Taki wynik jest o tyle ważny, że przed tą kolejka rywale byli pozycję wyżej, ale też mieli aż siedem punktów więcej. Tym samym teraz mają już 10 „oczek” więcej, a do końca pozostały cztery kolejki. W dodatku kędzierzynianie wciąż nie mogą być pewni gry w play off (pełna tabela TUTAJ).
Warto także odnotować powrót do gry po długiej nieobecności Przemysława Stępnia oraz wyjście w pierwszym składzie (także po dłuższej przerwie) Jakuba Szymańskiego.
ZAKSA przegrała z Treflem
Gospodarze świetnie weszli w mecz. W ich szeregach kapitalnie spisywało się trio Łukasz Kaczmarek, Bartosz Bednorz i Dmytro Paszycki (szczególnie na zagrywce). Nic więc dziwnego, że szybko odskoczyli na 12:6, a że potem nie poprzestawali i niebawem prowadzili nawet 22:11. Ostatecznie rozbili rywala do 16.
I wydawało się, że pójdą za ciosem, wszak w „połowie” drugiej partii prowadzili 13:9. Wówczas jednak coś się zacięło w ich grze.
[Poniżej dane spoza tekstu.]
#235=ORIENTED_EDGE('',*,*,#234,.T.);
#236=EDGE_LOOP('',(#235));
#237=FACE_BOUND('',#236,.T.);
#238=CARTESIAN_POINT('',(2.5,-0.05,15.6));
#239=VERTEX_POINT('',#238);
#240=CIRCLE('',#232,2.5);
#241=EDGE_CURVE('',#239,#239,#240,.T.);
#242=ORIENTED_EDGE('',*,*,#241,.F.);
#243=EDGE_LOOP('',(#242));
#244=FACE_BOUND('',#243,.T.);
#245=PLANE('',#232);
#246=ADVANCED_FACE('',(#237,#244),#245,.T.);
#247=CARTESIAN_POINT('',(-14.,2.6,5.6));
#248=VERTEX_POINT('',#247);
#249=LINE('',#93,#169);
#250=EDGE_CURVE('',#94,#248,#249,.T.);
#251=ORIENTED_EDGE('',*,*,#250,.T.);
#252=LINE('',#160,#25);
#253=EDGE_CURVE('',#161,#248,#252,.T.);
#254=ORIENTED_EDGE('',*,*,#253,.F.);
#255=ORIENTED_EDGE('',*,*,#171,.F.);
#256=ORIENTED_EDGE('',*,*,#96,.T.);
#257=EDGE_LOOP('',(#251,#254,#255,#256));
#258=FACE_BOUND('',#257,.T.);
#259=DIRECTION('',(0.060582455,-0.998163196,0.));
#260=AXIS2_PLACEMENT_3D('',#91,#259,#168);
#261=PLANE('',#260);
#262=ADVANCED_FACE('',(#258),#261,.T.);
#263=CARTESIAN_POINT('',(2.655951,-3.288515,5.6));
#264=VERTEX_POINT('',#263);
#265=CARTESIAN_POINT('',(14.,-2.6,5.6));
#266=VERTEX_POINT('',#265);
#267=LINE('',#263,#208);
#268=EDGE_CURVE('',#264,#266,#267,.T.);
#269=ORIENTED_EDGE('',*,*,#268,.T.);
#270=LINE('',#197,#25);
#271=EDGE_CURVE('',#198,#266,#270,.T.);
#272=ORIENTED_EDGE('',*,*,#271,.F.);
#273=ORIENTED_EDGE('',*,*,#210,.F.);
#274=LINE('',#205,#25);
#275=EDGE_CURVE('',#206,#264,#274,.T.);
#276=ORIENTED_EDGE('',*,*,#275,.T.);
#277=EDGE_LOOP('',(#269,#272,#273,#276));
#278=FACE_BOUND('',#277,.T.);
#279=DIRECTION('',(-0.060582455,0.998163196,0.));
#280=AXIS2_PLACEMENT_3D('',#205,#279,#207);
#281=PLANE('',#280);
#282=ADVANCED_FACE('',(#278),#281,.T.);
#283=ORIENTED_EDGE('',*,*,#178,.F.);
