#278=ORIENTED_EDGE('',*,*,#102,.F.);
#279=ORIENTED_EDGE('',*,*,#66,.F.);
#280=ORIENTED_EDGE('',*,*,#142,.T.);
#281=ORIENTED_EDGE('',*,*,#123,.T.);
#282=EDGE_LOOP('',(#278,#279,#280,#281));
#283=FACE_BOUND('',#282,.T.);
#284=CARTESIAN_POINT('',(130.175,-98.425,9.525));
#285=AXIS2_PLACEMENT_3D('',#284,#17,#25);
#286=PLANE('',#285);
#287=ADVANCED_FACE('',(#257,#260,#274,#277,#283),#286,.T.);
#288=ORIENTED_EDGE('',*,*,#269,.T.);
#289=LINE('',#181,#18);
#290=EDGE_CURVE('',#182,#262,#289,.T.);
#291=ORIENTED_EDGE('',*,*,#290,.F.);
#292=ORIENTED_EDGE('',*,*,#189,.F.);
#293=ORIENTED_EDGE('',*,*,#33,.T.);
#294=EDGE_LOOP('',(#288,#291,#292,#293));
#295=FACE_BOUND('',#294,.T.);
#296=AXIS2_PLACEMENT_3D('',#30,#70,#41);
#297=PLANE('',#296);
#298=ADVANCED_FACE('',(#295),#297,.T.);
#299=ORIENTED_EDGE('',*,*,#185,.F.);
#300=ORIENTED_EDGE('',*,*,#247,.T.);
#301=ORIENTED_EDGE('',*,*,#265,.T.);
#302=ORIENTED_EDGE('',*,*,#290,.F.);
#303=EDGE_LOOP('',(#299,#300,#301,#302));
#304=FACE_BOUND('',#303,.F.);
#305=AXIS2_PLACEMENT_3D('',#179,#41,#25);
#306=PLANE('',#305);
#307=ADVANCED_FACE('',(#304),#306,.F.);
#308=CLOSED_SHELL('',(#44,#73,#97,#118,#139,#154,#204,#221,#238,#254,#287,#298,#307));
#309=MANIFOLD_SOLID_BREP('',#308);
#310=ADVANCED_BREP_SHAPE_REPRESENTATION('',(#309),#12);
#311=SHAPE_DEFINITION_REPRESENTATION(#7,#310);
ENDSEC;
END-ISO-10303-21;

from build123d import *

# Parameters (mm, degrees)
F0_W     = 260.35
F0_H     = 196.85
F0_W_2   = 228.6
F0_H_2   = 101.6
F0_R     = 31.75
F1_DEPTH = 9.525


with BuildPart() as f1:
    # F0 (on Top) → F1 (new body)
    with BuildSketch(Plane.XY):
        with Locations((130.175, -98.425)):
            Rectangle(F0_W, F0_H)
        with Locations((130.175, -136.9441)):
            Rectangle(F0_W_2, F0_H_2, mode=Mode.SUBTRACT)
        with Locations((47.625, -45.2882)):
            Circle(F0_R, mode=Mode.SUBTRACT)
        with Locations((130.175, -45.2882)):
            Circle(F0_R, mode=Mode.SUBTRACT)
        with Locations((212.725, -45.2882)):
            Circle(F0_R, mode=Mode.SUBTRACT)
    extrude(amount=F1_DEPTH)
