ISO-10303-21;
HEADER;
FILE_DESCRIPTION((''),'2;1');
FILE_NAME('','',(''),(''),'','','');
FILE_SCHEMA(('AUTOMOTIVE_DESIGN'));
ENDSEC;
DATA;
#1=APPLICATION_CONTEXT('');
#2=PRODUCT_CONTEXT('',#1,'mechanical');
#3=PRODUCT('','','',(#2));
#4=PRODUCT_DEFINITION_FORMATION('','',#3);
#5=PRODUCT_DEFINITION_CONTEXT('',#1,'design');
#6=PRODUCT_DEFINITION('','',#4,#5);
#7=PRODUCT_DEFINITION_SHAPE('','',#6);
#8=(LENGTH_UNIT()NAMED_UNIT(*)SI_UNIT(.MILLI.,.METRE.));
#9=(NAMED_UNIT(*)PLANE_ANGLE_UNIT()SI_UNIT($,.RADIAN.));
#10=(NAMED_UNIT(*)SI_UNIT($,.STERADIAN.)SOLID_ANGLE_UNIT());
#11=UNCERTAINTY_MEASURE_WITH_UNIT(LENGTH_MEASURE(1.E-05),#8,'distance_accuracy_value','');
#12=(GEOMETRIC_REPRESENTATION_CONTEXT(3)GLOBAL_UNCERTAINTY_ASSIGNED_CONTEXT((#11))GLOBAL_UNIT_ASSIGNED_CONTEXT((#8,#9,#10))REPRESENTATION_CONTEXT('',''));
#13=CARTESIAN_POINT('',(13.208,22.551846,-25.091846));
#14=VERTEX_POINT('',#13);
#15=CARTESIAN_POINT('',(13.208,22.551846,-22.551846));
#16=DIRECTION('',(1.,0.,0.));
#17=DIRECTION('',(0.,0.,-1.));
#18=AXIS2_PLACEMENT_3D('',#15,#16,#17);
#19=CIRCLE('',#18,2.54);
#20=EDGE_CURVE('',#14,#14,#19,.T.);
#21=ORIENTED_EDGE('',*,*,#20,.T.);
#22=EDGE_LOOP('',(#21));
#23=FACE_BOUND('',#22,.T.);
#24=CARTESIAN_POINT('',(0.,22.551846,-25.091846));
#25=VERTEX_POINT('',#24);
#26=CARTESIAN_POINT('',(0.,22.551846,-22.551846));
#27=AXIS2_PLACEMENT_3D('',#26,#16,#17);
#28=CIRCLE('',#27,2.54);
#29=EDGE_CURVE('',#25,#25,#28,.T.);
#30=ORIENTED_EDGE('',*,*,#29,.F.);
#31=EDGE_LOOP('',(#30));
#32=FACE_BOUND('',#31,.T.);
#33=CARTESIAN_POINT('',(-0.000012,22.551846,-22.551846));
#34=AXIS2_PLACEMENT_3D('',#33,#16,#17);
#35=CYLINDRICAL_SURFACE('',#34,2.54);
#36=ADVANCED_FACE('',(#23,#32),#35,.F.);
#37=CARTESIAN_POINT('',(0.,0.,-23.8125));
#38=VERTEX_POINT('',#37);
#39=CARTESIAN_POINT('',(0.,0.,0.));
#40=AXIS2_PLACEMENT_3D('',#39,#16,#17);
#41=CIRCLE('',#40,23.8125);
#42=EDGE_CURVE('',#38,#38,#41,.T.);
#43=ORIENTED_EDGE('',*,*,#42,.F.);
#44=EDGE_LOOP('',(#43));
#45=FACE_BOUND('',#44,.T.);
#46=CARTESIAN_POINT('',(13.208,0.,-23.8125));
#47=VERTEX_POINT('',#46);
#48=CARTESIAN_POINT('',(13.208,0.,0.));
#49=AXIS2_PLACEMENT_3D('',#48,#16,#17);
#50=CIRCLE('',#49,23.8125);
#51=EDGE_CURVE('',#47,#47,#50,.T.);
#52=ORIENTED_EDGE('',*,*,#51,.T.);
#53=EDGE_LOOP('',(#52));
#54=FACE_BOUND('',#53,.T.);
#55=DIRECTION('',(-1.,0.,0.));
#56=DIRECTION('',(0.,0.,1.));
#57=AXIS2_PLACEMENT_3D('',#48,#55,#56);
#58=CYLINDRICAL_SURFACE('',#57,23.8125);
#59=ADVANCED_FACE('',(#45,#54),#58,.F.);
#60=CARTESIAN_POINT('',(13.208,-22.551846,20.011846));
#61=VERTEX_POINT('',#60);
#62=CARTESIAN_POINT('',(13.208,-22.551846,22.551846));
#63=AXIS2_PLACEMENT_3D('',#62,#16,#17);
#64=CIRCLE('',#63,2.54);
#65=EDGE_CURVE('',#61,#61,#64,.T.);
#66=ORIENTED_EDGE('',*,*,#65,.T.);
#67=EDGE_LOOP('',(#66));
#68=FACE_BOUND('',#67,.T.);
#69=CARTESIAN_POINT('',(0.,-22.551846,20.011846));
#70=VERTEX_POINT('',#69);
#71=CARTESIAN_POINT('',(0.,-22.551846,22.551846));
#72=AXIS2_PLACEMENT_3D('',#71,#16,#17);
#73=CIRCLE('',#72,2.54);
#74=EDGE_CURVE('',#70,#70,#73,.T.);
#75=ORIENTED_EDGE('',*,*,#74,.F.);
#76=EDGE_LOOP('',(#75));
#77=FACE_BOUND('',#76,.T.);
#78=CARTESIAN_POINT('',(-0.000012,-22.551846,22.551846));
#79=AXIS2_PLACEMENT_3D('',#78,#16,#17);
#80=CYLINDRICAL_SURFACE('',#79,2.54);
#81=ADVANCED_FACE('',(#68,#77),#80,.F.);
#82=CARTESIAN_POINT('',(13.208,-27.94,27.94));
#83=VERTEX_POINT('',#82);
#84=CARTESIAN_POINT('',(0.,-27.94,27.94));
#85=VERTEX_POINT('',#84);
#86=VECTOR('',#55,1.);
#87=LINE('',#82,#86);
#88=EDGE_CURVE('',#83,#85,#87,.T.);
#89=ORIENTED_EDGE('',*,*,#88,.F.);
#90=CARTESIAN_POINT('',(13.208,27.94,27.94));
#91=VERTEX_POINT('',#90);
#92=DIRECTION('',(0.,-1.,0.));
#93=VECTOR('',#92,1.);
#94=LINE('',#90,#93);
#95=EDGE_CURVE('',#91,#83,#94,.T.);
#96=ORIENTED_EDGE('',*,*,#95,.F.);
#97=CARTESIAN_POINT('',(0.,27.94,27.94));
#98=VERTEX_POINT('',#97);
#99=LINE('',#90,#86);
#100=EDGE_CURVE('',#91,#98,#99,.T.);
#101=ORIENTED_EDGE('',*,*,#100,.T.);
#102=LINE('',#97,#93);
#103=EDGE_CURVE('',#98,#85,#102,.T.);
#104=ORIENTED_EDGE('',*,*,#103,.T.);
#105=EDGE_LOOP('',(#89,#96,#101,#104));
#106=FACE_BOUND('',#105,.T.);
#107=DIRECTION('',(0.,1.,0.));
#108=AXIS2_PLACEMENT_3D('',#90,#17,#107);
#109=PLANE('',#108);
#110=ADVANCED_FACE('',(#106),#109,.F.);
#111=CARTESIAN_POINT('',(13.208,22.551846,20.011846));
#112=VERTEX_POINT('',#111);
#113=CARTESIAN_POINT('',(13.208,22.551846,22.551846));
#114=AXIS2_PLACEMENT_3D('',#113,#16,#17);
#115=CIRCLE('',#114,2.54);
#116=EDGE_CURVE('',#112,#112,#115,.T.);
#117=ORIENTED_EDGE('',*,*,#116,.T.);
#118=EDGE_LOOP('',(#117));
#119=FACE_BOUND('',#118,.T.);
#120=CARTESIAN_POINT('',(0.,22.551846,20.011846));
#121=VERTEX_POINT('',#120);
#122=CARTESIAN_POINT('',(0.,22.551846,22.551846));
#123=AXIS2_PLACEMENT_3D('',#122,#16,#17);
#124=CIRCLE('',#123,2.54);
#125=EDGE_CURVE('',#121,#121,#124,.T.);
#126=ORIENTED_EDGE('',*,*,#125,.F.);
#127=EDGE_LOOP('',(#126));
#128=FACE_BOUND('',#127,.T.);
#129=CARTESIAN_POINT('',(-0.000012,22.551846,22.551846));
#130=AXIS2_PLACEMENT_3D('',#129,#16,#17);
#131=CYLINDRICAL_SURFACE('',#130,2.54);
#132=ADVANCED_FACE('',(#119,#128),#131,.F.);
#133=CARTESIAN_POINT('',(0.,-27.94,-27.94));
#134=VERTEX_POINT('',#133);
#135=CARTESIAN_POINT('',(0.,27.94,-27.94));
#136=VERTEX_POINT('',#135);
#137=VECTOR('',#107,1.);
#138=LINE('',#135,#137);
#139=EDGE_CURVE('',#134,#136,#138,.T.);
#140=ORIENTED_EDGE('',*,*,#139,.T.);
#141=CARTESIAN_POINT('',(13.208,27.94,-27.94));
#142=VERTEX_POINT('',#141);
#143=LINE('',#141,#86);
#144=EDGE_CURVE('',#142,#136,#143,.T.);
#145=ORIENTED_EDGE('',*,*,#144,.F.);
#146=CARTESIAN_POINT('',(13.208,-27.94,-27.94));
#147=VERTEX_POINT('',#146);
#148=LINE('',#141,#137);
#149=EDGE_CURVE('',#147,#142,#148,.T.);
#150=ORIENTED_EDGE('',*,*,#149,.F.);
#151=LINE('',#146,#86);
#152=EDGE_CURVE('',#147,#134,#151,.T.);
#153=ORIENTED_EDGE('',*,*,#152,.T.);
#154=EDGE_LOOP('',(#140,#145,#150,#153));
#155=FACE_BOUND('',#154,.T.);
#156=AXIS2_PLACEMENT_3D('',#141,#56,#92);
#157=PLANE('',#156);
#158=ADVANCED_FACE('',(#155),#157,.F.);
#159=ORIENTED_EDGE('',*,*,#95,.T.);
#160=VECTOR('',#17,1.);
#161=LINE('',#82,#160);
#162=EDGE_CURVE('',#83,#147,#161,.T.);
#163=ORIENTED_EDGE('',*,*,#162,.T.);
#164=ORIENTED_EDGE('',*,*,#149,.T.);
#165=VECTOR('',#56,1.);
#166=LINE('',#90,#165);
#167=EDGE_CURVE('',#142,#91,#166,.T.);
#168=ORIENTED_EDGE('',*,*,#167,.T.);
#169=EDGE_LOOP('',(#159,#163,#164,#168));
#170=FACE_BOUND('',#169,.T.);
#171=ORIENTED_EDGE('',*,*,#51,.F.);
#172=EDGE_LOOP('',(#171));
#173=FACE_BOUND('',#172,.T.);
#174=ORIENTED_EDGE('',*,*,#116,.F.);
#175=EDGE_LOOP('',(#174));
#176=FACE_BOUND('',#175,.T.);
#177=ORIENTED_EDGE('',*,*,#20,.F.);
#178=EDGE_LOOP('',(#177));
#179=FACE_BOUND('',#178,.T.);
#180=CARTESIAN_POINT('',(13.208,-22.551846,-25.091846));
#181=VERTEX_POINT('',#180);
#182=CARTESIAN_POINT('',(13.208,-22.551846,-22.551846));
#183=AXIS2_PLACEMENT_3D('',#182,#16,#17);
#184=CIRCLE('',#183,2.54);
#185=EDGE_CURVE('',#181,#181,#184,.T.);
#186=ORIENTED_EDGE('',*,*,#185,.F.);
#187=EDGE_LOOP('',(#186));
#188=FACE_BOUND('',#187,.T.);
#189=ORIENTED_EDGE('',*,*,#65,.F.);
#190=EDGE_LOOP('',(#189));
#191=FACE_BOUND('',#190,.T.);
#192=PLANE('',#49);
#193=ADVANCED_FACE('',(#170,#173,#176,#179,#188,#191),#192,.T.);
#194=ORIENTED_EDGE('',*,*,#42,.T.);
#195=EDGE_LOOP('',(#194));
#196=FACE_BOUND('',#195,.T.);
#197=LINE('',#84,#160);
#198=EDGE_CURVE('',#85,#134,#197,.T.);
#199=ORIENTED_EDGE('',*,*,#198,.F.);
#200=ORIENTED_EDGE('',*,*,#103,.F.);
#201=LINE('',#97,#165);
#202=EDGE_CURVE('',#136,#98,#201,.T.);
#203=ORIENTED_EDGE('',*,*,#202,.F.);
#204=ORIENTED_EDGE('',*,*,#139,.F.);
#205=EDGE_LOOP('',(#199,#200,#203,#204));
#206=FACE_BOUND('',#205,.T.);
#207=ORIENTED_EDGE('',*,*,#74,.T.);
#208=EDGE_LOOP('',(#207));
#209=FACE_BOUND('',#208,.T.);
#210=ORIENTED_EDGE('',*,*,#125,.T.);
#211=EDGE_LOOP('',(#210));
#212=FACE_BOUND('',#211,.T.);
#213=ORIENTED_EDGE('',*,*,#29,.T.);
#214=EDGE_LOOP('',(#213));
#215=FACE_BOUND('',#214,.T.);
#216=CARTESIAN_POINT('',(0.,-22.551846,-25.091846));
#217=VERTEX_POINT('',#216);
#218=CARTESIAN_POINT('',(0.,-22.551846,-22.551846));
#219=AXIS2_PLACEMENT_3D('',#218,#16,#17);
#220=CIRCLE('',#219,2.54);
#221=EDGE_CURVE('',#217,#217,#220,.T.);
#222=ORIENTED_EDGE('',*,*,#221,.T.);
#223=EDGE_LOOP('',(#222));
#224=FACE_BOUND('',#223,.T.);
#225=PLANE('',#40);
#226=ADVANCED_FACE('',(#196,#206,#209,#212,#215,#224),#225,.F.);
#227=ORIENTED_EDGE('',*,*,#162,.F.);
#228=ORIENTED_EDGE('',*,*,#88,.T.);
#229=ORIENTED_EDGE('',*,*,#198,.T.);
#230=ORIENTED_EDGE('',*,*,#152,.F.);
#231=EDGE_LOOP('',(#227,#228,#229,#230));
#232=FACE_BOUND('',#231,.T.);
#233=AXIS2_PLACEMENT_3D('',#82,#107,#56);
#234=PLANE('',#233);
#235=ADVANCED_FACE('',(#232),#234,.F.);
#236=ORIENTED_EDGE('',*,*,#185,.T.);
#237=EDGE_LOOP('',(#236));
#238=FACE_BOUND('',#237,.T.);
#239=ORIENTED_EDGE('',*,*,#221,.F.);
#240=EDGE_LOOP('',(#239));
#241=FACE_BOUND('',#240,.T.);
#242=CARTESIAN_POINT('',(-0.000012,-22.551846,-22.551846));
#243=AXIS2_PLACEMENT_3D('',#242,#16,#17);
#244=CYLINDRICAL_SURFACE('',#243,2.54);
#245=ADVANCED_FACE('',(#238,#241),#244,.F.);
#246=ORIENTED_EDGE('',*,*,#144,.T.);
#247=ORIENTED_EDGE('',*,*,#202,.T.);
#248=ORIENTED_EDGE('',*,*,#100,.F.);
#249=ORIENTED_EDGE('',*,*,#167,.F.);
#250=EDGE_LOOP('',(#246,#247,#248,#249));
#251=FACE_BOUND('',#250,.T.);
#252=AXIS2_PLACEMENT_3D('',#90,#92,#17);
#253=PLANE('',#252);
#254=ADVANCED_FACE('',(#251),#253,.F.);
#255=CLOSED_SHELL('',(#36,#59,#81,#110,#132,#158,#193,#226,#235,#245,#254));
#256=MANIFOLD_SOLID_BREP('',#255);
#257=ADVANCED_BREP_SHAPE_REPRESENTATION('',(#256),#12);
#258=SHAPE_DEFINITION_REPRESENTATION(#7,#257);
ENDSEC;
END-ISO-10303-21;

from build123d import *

# Parameters (mm, degrees)
SKETCH1_W               = 55.88
SKETCH1_H               = 55.88
SKETCH1_R               = 23.8125
BOSS_EXTRUDE1_DEPTH     = 13.208
SKETCH5_R               = 2.54
CUT_EXTRUDE2_DEPTH      = 14.208
CUT_EXTRUDE2_DEPTH_BACK = 1


with BuildPart() as part:
    # Sketch1 → Boss-Extrude1 (new body)
    with BuildSketch(Plane(origin=(0, 0, 0), x_dir=(0, 0, -1), z_dir=(1, 0, 0))):
        Rectangle(SKETCH1_W, SKETCH1_H)
        Circle(SKETCH1_R, mode=Mode.SUBTRACT)
    extrude(amount=BOSS_EXTRUDE1_DEPTH)

    # Sketch5 → Cut-Extrude2 (cut, two sides)
    with BuildSketch(Plane(origin=(0, 0, 0), x_dir=(0, 0, -1), z_dir=(1, 0, 0))) as cut_extrude2_sk:
        with Locations((-22.551846327, -22.551846327)):
            Circle(SKETCH5_R)
        with Locations((-22.551846327, 22.551846327)):
            Circle(SKETCH5_R)
        with Locations((22.551846327, 22.551846327)):
            Circle(SKETCH5_R)
        with Locations((22.551846327, -22.551846327)):
            Circle(SKETCH5_R)
    extrude(amount=CUT_EXTRUDE2_DEPTH, mode=Mode.SUBTRACT)
    extrude(cut_extrude2_sk.sketch, amount=-CUT_EXTRUDE2_DEPTH_BACK, mode=Mode.SUBTRACT)


solid = part.part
Rywale bowiem nie tylko szybko doprowadzili do remisu (po 16), ale i coraz bardziej przejmowali inicjatywę na parkiecie. Na tyle, że ostatecznie zwyciężyli przewagą pięciu piłek.
Po zmianie stron podopieczni Adama Swaczyny nie tylko wrócili do gry, ale i wiedli prym na całego. Niestety, do pewnego momentu jednak. Od stanu 15:10 dla nich przedstawiciele Zaksy wygrali tylko jedną z kolejnych dziewięciu akcji i rywale objęli prowadzenie 18:16. Jakby tego było mało na tym nie poprzestawali i finalnie zwyciężyli do 21.
To wyraźnie podcięło skrzydła kędzierzynianom, którzy w czwartej partii wyraźnie byli już podłamani. Tą „zaczęli” od 4:8, a potem niemalże z każdą kolejną akcją tracili do rywala coraz więcej. Gdy tablica wyników pokazała 20:12 na korzyść Trefla stało się jasne kto wygra tego seta i cały mecz.
Grupa Azoty ZAKSA Kędzierzyn-Koźle – Trefl Gdańsk 1:3 (25:16, 20:25, 21:25, 17:25)
ZAKSA: Janusz (3 pkt), Bednorz (18), Smith (4), Kaczmarek (14), Szymański (4), Paszycki (13), Shoji (libero) oraz Chitigoi (4), Kluth (2), Takvam (1), Stępień, Śliwka.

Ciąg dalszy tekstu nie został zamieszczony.